ASSIGNMENT — There is material below. Print exactly the lines starting at the line with "f 175 202 203" and ending at the line with "f 182 184 213", ends included, and no others.

INPUT RECORDS —

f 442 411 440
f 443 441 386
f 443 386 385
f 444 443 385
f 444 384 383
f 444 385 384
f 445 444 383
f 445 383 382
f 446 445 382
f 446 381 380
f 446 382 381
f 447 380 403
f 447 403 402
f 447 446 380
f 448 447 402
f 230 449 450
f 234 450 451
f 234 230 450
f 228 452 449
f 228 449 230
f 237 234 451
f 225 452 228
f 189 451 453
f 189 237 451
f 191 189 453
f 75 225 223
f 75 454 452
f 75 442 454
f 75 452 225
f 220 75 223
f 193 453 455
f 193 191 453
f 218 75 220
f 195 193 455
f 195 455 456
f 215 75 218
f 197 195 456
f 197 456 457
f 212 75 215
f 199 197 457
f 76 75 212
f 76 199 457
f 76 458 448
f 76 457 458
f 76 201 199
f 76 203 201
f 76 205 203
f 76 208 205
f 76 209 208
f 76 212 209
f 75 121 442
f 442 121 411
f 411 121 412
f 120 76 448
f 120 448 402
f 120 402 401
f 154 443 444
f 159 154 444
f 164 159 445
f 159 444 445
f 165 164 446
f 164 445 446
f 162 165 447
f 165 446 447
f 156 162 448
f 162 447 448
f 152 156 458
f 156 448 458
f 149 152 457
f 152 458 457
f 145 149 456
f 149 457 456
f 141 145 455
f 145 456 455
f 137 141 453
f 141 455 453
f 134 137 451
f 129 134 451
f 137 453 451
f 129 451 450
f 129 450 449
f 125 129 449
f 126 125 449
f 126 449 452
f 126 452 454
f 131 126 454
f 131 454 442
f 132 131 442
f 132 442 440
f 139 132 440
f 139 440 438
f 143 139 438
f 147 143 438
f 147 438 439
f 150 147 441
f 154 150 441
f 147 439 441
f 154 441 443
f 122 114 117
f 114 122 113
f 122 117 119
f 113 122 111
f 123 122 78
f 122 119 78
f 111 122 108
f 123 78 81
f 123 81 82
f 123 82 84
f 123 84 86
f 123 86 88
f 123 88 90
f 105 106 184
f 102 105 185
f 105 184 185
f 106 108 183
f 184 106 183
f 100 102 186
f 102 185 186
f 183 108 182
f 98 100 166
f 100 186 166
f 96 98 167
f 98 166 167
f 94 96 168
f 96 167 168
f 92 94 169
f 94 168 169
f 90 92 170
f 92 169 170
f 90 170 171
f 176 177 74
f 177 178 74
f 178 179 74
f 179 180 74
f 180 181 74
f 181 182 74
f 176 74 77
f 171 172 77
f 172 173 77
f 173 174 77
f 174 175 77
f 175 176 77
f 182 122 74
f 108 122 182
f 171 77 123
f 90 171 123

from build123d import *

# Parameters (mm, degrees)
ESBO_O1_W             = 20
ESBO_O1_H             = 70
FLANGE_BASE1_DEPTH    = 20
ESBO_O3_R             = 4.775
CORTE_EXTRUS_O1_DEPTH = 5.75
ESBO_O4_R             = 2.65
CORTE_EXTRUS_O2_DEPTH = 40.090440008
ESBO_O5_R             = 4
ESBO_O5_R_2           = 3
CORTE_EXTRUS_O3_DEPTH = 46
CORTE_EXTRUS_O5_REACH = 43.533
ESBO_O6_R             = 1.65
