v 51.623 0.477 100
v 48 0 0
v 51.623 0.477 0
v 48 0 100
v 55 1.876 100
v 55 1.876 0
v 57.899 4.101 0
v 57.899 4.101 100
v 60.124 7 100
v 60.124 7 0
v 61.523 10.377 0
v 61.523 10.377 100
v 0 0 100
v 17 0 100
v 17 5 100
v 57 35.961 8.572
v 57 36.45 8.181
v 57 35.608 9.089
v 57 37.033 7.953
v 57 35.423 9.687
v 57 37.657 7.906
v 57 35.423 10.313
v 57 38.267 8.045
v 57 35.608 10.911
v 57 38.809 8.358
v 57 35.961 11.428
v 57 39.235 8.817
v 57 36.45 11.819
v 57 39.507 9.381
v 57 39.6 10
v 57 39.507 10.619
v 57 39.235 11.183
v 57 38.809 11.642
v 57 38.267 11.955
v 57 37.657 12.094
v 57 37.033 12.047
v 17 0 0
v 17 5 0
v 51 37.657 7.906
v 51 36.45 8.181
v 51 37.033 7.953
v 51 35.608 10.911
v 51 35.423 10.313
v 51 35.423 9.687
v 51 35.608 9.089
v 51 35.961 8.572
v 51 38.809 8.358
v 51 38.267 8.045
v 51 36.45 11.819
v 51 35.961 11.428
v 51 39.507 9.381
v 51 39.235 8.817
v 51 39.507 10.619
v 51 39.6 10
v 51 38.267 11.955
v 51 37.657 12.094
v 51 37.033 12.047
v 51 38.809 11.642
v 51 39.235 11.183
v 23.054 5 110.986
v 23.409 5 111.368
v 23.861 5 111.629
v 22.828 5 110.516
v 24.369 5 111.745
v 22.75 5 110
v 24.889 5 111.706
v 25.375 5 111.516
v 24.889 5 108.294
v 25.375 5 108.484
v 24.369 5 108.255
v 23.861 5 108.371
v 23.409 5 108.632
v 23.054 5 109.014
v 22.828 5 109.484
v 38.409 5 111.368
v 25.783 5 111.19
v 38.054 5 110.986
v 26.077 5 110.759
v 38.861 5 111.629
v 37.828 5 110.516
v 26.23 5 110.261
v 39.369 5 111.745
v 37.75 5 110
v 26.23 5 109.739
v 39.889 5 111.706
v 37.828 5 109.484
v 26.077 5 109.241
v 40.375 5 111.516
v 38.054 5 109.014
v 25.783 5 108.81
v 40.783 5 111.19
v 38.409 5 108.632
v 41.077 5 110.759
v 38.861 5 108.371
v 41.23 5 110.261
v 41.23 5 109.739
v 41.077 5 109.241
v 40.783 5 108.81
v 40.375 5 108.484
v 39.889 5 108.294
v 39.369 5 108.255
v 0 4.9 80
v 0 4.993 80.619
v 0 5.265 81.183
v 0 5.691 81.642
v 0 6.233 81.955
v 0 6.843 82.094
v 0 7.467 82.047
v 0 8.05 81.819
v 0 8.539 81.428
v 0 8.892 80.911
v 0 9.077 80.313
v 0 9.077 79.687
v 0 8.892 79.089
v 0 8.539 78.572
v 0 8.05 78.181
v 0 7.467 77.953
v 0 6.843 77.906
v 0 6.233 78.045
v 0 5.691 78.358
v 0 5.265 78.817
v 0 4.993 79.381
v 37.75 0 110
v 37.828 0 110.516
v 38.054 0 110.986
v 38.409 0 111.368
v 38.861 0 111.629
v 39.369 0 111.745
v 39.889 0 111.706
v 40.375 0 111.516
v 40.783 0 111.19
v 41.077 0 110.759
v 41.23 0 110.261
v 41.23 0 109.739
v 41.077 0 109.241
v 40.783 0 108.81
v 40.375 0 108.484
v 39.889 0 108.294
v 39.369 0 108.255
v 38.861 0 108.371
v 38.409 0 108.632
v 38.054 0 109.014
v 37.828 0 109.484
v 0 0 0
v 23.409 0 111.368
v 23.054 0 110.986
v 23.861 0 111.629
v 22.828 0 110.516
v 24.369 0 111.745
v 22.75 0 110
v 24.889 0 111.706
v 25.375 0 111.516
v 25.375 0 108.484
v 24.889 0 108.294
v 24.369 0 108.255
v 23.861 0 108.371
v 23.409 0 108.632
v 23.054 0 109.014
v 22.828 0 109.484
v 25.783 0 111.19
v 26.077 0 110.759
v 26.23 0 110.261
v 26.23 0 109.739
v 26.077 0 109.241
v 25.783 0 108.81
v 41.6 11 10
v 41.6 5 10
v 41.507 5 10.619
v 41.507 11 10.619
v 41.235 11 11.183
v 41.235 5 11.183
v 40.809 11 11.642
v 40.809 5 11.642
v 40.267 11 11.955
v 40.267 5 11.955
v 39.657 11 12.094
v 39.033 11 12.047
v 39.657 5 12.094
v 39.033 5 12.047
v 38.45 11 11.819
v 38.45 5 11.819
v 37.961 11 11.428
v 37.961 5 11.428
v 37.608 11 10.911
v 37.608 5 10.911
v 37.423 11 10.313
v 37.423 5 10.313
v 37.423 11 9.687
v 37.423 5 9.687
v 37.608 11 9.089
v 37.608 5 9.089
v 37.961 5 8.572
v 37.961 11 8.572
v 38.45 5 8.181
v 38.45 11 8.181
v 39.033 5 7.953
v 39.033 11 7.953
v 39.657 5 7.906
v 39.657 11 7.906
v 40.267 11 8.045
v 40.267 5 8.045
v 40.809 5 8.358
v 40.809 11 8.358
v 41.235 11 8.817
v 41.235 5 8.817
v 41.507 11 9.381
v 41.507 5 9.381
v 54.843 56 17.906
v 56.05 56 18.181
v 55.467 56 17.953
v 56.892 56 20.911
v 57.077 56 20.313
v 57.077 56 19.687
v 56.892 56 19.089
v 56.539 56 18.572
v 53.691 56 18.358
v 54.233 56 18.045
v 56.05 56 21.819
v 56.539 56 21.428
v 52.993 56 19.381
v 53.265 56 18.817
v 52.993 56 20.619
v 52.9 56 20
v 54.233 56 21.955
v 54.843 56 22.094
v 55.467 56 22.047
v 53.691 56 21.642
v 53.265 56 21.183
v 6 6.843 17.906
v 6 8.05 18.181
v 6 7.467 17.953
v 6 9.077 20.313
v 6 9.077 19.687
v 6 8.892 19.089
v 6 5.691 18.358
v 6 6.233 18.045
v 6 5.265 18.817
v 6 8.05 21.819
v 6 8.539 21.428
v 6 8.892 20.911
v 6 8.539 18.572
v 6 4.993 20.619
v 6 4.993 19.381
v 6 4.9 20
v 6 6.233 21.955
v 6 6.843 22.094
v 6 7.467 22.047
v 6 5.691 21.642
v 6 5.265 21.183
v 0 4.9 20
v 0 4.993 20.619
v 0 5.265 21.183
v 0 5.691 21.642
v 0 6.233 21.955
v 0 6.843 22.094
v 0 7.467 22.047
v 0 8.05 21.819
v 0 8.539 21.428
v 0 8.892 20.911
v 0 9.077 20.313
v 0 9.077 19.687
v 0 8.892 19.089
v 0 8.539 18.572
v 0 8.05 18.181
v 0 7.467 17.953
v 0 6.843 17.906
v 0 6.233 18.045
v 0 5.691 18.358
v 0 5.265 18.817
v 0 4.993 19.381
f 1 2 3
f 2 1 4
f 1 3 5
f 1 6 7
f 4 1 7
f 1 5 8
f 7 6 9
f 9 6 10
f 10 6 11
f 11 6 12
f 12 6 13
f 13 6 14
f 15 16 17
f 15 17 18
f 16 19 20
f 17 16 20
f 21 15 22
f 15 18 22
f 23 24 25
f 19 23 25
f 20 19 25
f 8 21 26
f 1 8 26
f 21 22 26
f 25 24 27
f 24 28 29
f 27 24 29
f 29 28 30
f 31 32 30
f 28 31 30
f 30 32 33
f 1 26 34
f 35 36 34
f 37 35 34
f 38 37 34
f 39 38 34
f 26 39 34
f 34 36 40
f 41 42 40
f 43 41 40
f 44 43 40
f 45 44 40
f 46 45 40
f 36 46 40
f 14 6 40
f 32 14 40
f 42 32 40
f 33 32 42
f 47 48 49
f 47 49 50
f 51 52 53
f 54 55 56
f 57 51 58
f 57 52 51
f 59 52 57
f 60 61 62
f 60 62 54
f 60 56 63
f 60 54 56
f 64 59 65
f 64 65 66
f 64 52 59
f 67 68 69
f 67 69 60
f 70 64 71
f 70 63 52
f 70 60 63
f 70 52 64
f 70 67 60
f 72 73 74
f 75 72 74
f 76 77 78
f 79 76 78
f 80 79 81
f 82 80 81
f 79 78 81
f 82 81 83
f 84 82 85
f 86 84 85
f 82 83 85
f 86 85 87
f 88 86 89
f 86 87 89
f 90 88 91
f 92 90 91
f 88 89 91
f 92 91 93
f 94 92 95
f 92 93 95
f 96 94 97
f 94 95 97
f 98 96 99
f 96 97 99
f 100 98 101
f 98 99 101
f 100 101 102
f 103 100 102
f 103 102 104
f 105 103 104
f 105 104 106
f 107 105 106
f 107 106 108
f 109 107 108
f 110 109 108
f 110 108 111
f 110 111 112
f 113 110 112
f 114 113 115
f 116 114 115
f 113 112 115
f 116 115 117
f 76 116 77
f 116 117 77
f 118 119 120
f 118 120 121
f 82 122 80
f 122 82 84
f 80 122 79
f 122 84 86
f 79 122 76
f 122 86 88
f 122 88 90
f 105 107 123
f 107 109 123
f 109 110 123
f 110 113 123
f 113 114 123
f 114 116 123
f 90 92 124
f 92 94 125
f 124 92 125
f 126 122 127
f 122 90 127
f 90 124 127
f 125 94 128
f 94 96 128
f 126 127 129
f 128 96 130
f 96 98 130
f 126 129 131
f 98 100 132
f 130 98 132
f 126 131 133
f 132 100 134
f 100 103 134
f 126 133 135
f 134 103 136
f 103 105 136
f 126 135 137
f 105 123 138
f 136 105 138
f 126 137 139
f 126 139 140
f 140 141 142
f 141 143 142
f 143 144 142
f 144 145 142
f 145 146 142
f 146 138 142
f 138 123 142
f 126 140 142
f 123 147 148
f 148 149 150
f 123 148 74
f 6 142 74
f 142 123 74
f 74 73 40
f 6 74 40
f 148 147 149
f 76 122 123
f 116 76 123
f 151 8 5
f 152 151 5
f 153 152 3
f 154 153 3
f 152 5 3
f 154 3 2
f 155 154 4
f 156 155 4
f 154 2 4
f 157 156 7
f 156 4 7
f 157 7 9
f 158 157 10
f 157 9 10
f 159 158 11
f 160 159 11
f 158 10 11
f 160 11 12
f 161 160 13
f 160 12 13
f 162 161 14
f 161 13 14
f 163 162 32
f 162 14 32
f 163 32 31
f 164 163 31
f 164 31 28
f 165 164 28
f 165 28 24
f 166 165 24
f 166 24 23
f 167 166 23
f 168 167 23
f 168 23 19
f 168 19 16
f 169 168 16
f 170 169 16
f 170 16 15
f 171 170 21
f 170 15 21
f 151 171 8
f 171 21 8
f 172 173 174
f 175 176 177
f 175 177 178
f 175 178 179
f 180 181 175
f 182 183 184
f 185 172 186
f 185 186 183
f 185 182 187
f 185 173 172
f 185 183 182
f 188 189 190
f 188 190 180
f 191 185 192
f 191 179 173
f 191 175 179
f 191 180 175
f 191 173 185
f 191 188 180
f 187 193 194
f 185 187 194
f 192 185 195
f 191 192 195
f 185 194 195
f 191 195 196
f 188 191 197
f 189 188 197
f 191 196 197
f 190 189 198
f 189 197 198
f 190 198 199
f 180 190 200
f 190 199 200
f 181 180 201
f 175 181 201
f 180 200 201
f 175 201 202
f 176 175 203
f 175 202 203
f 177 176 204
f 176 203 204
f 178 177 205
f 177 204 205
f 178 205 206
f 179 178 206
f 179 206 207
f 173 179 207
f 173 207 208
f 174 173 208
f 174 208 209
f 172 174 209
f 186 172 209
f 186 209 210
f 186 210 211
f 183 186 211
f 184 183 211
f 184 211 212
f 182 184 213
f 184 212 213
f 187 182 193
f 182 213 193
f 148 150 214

SOLUTION TO THIS EXERCISE —
f 175 202 203
f 177 176 204
f 176 203 204
f 178 177 205
f 177 204 205
f 178 205 206
f 179 178 206
f 179 206 207
f 173 179 207
f 173 207 208
f 174 173 208
f 174 208 209
f 172 174 209
f 186 172 209
f 186 209 210
f 186 210 211
f 183 186 211
f 184 183 211
f 184 211 212
f 182 184 213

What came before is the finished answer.